Exercise: Beneath this instruction is a block of data; output from it exactly the lines that run from the one containing "f 400 404 72" through the one containing "f 556 646 555", inclusive.

Records from a data collection
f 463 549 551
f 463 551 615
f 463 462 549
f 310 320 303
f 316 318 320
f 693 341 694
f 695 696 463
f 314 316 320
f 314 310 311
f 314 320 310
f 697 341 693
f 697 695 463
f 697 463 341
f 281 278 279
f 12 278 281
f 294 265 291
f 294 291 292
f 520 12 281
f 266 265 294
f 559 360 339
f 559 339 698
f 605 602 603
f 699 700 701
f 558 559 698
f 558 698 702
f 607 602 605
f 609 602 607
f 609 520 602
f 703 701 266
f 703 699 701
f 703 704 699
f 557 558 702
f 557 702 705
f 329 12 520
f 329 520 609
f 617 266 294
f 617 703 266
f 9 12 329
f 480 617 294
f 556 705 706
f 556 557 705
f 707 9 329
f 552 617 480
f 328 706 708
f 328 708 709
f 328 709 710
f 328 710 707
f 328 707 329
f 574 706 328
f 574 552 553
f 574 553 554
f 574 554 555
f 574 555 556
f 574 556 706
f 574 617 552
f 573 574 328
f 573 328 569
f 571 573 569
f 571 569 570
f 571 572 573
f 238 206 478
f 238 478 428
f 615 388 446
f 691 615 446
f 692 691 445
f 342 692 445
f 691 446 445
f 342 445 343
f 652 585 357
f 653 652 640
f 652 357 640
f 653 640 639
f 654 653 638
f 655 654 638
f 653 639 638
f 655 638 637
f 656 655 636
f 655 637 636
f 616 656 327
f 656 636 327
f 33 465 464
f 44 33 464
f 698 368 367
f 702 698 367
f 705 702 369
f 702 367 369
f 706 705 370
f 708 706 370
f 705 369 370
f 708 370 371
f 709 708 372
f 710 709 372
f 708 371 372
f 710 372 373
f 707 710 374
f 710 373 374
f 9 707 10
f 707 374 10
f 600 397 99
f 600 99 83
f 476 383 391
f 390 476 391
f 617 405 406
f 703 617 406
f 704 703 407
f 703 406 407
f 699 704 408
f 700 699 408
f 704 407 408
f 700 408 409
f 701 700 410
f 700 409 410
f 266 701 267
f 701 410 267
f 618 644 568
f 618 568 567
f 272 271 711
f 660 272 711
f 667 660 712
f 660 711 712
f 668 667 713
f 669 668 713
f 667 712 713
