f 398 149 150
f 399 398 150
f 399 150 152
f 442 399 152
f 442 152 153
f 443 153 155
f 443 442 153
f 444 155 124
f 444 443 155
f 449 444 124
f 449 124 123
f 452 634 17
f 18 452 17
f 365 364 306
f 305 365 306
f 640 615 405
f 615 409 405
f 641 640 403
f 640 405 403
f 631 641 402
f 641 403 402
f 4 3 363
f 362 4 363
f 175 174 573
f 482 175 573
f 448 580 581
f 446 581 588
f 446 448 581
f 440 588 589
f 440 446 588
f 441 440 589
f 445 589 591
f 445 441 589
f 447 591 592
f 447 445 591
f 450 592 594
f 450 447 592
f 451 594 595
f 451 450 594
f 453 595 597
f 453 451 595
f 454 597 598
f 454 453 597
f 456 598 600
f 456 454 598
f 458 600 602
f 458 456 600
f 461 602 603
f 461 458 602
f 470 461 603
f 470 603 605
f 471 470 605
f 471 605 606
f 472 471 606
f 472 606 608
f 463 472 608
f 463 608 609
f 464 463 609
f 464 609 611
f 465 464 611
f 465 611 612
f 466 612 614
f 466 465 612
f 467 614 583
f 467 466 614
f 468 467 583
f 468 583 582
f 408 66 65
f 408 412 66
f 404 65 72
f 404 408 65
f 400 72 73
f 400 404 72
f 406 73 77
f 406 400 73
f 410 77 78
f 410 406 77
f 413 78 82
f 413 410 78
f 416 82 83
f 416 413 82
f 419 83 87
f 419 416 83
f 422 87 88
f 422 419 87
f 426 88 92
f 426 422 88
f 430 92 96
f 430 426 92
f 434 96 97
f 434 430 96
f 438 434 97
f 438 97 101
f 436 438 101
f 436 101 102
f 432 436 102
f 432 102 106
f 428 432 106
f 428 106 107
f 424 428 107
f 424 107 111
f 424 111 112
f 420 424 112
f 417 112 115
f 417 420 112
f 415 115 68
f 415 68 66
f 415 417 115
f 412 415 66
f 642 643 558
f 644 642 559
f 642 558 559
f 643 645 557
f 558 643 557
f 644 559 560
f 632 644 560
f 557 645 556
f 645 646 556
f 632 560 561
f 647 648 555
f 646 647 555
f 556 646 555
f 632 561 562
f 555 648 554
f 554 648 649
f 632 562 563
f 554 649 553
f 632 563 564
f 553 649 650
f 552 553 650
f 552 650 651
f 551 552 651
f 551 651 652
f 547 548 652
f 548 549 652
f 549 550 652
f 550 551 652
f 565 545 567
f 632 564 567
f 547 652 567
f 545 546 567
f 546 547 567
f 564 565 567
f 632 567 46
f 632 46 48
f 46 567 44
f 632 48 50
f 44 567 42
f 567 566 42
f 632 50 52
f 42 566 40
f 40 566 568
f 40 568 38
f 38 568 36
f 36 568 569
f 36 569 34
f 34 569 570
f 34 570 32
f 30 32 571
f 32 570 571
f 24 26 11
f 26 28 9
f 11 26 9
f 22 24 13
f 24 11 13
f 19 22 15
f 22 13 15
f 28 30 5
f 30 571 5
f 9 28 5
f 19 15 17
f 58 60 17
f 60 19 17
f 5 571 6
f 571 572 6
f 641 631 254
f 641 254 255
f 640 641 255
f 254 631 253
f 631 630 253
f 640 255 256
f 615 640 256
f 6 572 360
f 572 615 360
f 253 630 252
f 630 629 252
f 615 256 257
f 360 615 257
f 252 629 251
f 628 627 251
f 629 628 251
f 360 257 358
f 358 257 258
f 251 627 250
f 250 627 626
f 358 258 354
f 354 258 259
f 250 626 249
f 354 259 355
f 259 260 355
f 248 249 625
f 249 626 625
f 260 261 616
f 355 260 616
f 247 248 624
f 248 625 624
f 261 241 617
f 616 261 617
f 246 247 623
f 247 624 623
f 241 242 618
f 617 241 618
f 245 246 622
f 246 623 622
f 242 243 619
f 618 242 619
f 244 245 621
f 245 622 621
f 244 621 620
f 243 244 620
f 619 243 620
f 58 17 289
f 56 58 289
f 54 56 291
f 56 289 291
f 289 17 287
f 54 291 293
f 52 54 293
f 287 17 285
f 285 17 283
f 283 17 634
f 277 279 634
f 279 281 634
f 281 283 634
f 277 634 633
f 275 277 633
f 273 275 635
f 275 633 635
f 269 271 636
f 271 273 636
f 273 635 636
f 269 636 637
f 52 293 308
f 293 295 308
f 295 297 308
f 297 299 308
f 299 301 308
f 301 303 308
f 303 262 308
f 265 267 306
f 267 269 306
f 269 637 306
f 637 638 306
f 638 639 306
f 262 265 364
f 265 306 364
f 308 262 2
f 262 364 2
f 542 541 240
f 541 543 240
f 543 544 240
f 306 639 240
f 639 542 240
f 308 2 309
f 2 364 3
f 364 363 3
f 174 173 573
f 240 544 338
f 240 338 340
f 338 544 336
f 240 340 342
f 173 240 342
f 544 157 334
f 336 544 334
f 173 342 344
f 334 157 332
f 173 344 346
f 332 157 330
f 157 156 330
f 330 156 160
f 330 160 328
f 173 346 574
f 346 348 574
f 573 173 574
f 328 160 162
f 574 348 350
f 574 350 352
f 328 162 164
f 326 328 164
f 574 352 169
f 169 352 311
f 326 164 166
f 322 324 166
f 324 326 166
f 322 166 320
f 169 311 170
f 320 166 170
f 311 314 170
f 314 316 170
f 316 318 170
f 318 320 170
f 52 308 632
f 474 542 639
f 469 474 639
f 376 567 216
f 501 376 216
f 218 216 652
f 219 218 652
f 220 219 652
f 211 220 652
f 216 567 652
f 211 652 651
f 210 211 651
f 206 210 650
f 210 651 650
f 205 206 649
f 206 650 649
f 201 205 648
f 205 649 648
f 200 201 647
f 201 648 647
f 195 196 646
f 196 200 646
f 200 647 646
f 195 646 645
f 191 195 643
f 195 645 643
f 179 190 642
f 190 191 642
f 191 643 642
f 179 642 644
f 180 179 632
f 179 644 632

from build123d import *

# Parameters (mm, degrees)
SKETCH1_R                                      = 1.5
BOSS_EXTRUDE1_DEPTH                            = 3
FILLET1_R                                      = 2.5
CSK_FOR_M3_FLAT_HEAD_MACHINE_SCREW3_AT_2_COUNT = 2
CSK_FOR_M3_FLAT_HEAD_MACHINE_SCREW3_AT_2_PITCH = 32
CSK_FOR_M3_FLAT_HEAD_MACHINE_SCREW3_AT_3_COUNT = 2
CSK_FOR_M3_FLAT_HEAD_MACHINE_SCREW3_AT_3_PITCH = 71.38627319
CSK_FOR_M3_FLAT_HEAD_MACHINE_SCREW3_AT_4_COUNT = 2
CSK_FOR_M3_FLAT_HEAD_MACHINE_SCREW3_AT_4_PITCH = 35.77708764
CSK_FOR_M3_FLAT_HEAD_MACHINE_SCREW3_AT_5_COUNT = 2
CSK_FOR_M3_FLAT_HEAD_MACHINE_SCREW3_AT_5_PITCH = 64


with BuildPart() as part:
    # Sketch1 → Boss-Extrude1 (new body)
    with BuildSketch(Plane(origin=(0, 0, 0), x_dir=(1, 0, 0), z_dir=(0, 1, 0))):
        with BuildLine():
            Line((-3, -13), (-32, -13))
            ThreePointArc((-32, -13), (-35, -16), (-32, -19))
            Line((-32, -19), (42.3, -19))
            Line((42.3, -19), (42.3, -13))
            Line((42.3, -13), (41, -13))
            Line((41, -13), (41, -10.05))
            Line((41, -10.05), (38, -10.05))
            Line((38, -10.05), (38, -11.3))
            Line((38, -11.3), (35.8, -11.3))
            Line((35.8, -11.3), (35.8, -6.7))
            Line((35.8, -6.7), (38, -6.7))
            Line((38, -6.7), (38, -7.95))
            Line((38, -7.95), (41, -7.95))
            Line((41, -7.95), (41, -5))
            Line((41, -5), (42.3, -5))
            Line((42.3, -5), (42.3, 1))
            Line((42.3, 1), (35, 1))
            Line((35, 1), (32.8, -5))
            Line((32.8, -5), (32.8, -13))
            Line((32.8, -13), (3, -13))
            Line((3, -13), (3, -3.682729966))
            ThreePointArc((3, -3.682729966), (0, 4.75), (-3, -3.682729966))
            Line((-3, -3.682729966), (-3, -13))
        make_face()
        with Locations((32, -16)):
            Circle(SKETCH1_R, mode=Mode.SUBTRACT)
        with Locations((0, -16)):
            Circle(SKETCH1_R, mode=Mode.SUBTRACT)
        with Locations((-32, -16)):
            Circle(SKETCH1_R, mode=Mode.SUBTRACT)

Result for this task:
f 400 404 72
f 406 73 77
f 406 400 73
f 410 77 78
f 410 406 77
f 413 78 82
f 413 410 78
f 416 82 83
f 416 413 82
f 419 83 87
f 419 416 83
f 422 87 88
f 422 419 87
f 426 88 92
f 426 422 88
f 430 92 96
f 430 426 92
f 434 96 97
f 434 430 96
f 438 434 97
f 438 97 101
f 436 438 101
f 436 101 102
f 432 436 102
f 432 102 106
f 428 432 106
f 428 106 107
f 424 428 107
f 424 107 111
f 424 111 112
f 420 424 112
f 417 112 115
f 417 420 112
f 415 115 68
f 415 68 66
f 415 417 115
f 412 415 66
f 642 643 558
f 644 642 559
f 642 558 559
f 643 645 557
f 558 643 557
f 644 559 560
f 632 644 560
f 557 645 556
f 645 646 556
f 632 560 561
f 647 648 555
f 646 647 555
f 556 646 555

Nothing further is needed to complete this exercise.